Task to complete: Find every line in the records that holds the string "amount". Copy each one.

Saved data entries
____
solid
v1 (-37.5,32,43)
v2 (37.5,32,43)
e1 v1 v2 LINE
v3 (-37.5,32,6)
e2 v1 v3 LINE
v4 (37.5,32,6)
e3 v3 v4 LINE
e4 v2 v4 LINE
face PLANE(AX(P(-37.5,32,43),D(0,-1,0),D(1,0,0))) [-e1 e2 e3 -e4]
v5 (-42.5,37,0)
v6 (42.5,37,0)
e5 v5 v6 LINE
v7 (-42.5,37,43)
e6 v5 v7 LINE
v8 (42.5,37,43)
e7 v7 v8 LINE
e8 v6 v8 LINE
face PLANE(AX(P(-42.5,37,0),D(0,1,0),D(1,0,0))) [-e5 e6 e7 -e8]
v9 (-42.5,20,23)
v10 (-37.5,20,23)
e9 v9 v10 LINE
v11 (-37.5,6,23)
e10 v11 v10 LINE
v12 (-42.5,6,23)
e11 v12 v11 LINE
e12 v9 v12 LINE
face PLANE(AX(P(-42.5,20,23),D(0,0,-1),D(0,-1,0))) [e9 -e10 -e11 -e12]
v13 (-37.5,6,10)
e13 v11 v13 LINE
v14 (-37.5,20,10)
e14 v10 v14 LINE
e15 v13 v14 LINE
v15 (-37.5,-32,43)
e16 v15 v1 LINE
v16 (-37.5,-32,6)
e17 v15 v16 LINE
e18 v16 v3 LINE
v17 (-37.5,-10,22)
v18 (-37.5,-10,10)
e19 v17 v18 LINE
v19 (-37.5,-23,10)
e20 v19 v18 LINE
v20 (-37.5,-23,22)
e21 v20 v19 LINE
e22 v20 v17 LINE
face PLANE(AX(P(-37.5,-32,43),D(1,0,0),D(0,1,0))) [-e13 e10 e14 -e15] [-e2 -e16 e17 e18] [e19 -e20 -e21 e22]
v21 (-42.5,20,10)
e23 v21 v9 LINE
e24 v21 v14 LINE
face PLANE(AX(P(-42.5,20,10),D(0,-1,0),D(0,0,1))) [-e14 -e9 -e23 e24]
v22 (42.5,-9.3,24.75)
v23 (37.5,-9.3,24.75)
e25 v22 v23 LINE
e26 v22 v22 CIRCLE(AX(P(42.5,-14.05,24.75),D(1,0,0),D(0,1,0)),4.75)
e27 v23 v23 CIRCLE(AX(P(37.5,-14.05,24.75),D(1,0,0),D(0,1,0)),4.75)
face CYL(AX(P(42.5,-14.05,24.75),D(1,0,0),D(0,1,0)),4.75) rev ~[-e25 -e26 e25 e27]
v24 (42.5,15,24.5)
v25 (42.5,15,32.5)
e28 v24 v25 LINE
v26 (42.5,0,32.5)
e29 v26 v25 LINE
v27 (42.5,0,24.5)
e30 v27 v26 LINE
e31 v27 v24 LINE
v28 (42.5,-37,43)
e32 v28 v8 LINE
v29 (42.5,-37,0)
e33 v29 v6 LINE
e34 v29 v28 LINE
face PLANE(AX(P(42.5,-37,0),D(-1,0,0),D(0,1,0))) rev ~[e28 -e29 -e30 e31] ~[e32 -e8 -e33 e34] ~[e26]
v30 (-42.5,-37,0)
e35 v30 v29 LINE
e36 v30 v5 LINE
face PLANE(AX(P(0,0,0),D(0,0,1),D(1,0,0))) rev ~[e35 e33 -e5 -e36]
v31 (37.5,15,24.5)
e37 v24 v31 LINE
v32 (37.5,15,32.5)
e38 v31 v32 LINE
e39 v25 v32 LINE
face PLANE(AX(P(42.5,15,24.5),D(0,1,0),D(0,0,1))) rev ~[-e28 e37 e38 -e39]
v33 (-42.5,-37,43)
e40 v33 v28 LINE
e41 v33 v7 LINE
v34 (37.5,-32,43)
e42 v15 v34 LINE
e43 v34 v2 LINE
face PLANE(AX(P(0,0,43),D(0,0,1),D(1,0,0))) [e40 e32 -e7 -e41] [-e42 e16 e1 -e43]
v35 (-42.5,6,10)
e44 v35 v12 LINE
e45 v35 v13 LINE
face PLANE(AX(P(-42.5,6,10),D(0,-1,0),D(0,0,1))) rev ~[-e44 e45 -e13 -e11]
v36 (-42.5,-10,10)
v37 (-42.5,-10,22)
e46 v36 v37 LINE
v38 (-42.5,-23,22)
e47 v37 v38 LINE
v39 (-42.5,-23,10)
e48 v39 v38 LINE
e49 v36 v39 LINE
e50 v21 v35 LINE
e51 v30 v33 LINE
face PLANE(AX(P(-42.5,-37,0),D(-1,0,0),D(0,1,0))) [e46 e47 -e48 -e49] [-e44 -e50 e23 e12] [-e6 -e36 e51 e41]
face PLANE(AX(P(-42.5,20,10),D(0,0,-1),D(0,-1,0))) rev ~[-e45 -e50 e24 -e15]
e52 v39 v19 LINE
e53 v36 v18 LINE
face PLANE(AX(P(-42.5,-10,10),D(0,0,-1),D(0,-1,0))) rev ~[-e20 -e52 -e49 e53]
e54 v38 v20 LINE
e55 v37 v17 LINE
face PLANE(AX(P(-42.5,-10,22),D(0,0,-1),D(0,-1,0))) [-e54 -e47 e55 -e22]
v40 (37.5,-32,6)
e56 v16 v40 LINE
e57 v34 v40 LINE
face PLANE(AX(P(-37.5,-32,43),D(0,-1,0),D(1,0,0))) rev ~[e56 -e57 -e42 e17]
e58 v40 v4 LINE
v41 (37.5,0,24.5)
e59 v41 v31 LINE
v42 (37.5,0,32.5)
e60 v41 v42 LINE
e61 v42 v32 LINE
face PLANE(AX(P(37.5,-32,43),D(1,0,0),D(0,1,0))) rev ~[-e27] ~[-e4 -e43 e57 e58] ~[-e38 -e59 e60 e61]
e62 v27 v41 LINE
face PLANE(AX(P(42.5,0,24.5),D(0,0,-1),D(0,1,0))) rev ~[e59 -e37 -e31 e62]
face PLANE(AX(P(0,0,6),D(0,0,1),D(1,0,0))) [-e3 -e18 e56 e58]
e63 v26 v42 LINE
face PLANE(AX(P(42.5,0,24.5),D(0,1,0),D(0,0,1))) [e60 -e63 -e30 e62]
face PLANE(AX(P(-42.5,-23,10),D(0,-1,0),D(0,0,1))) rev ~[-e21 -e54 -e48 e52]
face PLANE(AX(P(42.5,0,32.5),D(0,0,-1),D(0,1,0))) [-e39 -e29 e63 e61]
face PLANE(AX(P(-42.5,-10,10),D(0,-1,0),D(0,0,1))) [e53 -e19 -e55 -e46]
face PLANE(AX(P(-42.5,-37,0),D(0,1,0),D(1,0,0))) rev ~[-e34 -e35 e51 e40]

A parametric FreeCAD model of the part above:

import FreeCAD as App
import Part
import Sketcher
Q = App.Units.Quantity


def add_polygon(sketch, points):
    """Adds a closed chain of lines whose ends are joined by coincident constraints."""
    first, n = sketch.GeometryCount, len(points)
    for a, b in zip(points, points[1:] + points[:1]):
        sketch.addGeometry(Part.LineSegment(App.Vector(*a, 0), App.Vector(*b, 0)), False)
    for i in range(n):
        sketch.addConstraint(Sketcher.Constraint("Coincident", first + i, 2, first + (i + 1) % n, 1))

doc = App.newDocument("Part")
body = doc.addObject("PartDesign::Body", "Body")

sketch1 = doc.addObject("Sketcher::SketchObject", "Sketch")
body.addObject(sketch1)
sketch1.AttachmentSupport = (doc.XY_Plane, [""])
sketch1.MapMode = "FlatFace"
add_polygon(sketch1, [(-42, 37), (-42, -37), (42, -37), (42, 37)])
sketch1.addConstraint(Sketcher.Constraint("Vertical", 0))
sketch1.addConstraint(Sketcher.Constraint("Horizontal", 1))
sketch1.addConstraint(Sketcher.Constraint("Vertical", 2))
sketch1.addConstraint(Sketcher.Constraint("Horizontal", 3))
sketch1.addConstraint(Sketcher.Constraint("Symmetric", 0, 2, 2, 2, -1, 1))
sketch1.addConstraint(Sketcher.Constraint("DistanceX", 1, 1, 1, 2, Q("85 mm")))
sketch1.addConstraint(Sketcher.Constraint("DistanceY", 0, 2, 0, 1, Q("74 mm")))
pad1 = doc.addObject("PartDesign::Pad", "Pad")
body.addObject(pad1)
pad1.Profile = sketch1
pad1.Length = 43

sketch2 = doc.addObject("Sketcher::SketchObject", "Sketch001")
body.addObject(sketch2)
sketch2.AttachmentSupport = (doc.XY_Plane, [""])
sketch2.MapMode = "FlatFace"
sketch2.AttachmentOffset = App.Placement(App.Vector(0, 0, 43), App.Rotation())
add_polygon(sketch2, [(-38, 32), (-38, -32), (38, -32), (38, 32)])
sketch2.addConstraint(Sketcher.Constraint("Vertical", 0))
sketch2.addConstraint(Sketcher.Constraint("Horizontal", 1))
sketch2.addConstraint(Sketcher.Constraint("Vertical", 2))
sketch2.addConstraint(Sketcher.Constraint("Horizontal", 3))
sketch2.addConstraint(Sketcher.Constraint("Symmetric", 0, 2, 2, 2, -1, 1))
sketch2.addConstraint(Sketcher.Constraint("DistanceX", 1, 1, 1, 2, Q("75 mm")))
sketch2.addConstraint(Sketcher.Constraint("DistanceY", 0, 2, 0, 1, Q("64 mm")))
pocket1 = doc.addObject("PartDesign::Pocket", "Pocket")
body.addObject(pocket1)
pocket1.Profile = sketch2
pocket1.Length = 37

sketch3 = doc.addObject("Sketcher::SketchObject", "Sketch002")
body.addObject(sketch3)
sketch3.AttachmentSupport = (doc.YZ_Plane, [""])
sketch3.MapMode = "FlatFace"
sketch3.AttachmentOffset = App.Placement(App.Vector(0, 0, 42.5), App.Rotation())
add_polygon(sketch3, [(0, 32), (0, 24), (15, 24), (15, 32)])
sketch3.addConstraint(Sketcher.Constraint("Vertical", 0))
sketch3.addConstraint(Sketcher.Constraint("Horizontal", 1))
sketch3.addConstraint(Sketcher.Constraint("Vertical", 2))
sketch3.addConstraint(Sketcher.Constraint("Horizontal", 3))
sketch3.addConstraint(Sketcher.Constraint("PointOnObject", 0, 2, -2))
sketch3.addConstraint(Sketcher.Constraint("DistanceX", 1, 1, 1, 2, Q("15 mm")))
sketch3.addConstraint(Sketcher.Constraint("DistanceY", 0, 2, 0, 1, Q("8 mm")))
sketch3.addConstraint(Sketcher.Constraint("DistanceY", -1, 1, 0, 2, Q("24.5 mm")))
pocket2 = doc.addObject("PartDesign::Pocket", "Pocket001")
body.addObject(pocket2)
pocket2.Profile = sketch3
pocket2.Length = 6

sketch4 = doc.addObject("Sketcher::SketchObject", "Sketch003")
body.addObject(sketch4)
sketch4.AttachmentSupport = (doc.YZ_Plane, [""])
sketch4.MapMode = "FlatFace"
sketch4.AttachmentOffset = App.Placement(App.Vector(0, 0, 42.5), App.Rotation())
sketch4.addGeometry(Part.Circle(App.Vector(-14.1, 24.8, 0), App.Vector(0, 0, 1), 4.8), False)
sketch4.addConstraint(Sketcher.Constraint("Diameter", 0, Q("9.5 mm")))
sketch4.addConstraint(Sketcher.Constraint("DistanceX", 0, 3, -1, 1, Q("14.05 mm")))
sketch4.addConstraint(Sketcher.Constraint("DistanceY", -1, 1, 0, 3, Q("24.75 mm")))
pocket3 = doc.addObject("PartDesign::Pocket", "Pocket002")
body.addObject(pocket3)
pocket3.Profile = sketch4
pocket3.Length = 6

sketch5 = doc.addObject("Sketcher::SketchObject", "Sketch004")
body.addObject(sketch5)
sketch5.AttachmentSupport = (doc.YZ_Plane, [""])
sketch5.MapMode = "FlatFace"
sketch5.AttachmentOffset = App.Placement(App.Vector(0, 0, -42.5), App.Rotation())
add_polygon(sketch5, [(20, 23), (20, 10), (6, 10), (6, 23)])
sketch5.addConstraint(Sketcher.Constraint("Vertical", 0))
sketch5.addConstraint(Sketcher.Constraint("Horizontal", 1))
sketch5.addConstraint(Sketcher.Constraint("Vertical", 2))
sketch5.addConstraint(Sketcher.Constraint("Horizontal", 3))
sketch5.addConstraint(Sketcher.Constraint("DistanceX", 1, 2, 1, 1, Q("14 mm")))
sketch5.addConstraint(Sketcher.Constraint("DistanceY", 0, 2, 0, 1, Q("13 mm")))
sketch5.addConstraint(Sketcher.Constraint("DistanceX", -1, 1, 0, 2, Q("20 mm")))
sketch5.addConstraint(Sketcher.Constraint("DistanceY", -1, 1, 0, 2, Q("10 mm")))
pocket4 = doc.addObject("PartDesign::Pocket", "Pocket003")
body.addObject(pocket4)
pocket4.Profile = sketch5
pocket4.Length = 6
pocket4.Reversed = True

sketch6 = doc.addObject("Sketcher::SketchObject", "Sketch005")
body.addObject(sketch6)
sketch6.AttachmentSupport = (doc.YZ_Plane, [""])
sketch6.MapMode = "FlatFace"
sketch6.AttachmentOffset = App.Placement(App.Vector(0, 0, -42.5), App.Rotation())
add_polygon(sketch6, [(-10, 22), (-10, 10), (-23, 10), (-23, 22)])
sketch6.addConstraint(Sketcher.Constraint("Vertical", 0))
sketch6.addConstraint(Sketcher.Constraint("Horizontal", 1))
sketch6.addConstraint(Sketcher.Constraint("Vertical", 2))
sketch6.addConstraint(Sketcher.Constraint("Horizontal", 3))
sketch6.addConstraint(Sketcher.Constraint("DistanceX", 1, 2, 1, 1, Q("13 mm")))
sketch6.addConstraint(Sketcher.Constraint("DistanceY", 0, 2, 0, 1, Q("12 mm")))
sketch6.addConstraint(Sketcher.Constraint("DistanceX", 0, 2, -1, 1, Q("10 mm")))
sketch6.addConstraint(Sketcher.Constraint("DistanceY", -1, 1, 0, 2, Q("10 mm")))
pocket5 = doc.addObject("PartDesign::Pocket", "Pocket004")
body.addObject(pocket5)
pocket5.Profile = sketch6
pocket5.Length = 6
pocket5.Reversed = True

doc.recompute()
____
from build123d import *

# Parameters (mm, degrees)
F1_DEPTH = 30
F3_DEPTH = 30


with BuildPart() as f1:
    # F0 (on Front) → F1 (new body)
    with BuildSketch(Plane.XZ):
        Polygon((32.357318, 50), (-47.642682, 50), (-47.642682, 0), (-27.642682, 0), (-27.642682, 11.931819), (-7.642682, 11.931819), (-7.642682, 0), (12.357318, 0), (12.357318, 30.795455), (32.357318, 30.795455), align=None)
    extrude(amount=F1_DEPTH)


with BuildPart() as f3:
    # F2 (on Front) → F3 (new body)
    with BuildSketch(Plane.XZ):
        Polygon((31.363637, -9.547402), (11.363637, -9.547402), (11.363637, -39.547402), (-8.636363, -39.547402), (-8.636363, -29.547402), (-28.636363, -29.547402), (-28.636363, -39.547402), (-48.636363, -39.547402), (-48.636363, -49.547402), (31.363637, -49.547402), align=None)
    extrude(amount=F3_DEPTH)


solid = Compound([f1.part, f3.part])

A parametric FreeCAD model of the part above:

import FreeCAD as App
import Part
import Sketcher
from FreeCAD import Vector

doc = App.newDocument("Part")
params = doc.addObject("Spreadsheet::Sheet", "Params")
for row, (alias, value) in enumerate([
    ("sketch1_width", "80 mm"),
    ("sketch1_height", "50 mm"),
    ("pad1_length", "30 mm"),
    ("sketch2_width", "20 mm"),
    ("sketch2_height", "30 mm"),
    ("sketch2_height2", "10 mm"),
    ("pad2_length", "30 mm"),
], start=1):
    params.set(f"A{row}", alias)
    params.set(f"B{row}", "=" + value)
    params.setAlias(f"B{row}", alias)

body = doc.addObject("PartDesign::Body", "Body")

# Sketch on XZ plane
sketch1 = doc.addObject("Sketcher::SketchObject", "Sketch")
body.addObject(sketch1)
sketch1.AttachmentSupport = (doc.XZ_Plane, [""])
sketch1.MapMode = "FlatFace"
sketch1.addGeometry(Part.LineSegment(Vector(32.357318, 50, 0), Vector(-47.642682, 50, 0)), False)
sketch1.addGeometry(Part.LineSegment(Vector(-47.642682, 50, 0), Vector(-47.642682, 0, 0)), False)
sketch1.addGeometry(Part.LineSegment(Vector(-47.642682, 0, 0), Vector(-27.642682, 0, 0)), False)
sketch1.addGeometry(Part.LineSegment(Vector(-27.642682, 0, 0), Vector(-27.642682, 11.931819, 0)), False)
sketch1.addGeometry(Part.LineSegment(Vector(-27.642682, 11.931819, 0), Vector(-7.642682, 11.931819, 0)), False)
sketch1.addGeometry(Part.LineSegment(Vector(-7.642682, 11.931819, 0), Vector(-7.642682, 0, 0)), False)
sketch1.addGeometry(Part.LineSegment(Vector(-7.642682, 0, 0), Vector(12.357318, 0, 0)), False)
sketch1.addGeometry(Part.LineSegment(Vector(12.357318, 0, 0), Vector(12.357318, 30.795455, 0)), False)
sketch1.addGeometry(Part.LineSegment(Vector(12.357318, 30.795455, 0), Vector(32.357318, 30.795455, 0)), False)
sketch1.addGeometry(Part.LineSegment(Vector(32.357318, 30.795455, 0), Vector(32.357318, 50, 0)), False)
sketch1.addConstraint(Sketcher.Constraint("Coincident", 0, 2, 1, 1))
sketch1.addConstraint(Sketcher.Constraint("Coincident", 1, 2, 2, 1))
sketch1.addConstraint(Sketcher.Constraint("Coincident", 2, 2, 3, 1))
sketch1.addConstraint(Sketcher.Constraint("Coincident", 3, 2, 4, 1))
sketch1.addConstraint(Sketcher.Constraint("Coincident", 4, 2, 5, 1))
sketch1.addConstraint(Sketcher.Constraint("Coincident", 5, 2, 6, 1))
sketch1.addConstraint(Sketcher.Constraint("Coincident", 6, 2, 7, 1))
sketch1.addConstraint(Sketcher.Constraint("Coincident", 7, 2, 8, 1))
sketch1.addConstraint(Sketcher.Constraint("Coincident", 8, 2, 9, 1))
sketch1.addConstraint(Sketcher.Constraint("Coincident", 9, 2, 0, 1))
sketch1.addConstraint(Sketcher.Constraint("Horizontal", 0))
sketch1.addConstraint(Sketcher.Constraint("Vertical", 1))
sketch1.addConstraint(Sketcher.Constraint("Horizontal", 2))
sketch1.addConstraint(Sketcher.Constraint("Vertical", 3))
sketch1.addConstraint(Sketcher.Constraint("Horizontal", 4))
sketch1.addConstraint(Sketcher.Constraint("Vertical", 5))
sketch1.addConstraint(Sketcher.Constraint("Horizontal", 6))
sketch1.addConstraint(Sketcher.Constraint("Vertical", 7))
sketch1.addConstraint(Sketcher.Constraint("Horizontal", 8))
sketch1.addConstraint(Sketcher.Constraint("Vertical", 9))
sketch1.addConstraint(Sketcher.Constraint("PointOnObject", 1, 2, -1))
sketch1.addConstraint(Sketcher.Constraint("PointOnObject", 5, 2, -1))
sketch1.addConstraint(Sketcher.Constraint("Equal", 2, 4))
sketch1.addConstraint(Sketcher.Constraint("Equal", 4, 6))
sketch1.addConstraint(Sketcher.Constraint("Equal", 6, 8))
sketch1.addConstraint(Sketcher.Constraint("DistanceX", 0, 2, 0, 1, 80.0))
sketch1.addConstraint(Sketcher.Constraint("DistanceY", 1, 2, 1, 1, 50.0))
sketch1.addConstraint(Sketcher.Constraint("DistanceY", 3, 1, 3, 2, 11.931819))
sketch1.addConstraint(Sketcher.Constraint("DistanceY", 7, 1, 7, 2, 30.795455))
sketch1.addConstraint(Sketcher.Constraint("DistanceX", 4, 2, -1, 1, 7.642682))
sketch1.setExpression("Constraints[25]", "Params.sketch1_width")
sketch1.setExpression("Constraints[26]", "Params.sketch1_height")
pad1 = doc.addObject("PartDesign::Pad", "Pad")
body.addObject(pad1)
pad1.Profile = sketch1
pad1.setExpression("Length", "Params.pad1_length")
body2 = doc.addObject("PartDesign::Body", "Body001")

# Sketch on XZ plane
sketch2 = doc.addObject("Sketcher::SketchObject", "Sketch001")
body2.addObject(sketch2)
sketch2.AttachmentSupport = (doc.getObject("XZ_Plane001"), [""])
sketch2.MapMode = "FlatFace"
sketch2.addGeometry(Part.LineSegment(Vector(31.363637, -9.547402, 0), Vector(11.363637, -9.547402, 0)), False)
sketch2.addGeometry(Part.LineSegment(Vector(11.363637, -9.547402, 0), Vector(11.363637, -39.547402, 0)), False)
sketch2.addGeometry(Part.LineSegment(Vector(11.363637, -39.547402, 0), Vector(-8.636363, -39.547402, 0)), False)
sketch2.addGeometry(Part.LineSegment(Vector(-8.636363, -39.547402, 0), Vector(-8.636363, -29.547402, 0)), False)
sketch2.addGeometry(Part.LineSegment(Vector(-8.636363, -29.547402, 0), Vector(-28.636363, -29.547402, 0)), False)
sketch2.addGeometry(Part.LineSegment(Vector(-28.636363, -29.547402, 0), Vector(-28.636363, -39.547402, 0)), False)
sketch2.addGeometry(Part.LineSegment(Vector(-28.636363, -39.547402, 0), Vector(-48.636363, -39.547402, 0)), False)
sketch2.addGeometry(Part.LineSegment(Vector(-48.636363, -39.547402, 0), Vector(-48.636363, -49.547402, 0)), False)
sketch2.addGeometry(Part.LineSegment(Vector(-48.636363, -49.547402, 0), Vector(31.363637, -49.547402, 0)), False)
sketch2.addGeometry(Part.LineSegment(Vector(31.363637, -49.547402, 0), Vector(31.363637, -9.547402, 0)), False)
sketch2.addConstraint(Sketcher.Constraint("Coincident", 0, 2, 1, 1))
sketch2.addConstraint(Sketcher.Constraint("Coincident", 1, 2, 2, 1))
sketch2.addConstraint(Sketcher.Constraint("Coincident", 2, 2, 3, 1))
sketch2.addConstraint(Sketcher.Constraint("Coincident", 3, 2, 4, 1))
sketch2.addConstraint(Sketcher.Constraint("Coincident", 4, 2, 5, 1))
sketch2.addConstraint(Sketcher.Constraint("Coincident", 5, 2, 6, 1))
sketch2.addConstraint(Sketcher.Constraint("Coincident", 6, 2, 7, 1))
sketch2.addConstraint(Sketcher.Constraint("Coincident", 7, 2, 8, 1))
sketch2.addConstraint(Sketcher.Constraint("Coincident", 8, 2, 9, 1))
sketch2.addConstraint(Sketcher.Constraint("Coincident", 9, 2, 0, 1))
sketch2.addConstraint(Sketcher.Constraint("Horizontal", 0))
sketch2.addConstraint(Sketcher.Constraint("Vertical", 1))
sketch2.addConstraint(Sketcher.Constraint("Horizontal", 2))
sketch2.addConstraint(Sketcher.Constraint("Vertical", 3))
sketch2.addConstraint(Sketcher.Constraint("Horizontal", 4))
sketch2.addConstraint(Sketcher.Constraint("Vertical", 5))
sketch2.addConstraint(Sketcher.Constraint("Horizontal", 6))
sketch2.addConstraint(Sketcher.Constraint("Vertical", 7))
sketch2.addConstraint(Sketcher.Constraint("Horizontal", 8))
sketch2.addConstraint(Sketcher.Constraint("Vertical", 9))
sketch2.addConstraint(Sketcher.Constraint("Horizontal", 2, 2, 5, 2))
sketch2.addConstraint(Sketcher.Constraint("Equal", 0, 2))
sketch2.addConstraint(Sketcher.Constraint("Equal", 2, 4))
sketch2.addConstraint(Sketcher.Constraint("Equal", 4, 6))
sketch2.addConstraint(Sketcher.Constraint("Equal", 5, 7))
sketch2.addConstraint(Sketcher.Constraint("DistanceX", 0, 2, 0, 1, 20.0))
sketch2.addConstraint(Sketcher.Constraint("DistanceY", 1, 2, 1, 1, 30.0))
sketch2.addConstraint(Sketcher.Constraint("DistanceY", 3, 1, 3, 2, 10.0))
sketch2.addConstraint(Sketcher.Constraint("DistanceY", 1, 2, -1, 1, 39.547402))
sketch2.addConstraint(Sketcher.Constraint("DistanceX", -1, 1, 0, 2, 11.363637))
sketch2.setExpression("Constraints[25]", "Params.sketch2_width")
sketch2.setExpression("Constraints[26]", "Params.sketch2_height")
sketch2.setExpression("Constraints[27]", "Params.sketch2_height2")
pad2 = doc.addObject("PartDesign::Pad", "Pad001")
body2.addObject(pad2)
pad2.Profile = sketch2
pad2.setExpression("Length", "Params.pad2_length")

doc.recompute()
____
Answer below:
    extrude(amount=F1_DEPTH)
    extrude(amount=F3_DEPTH)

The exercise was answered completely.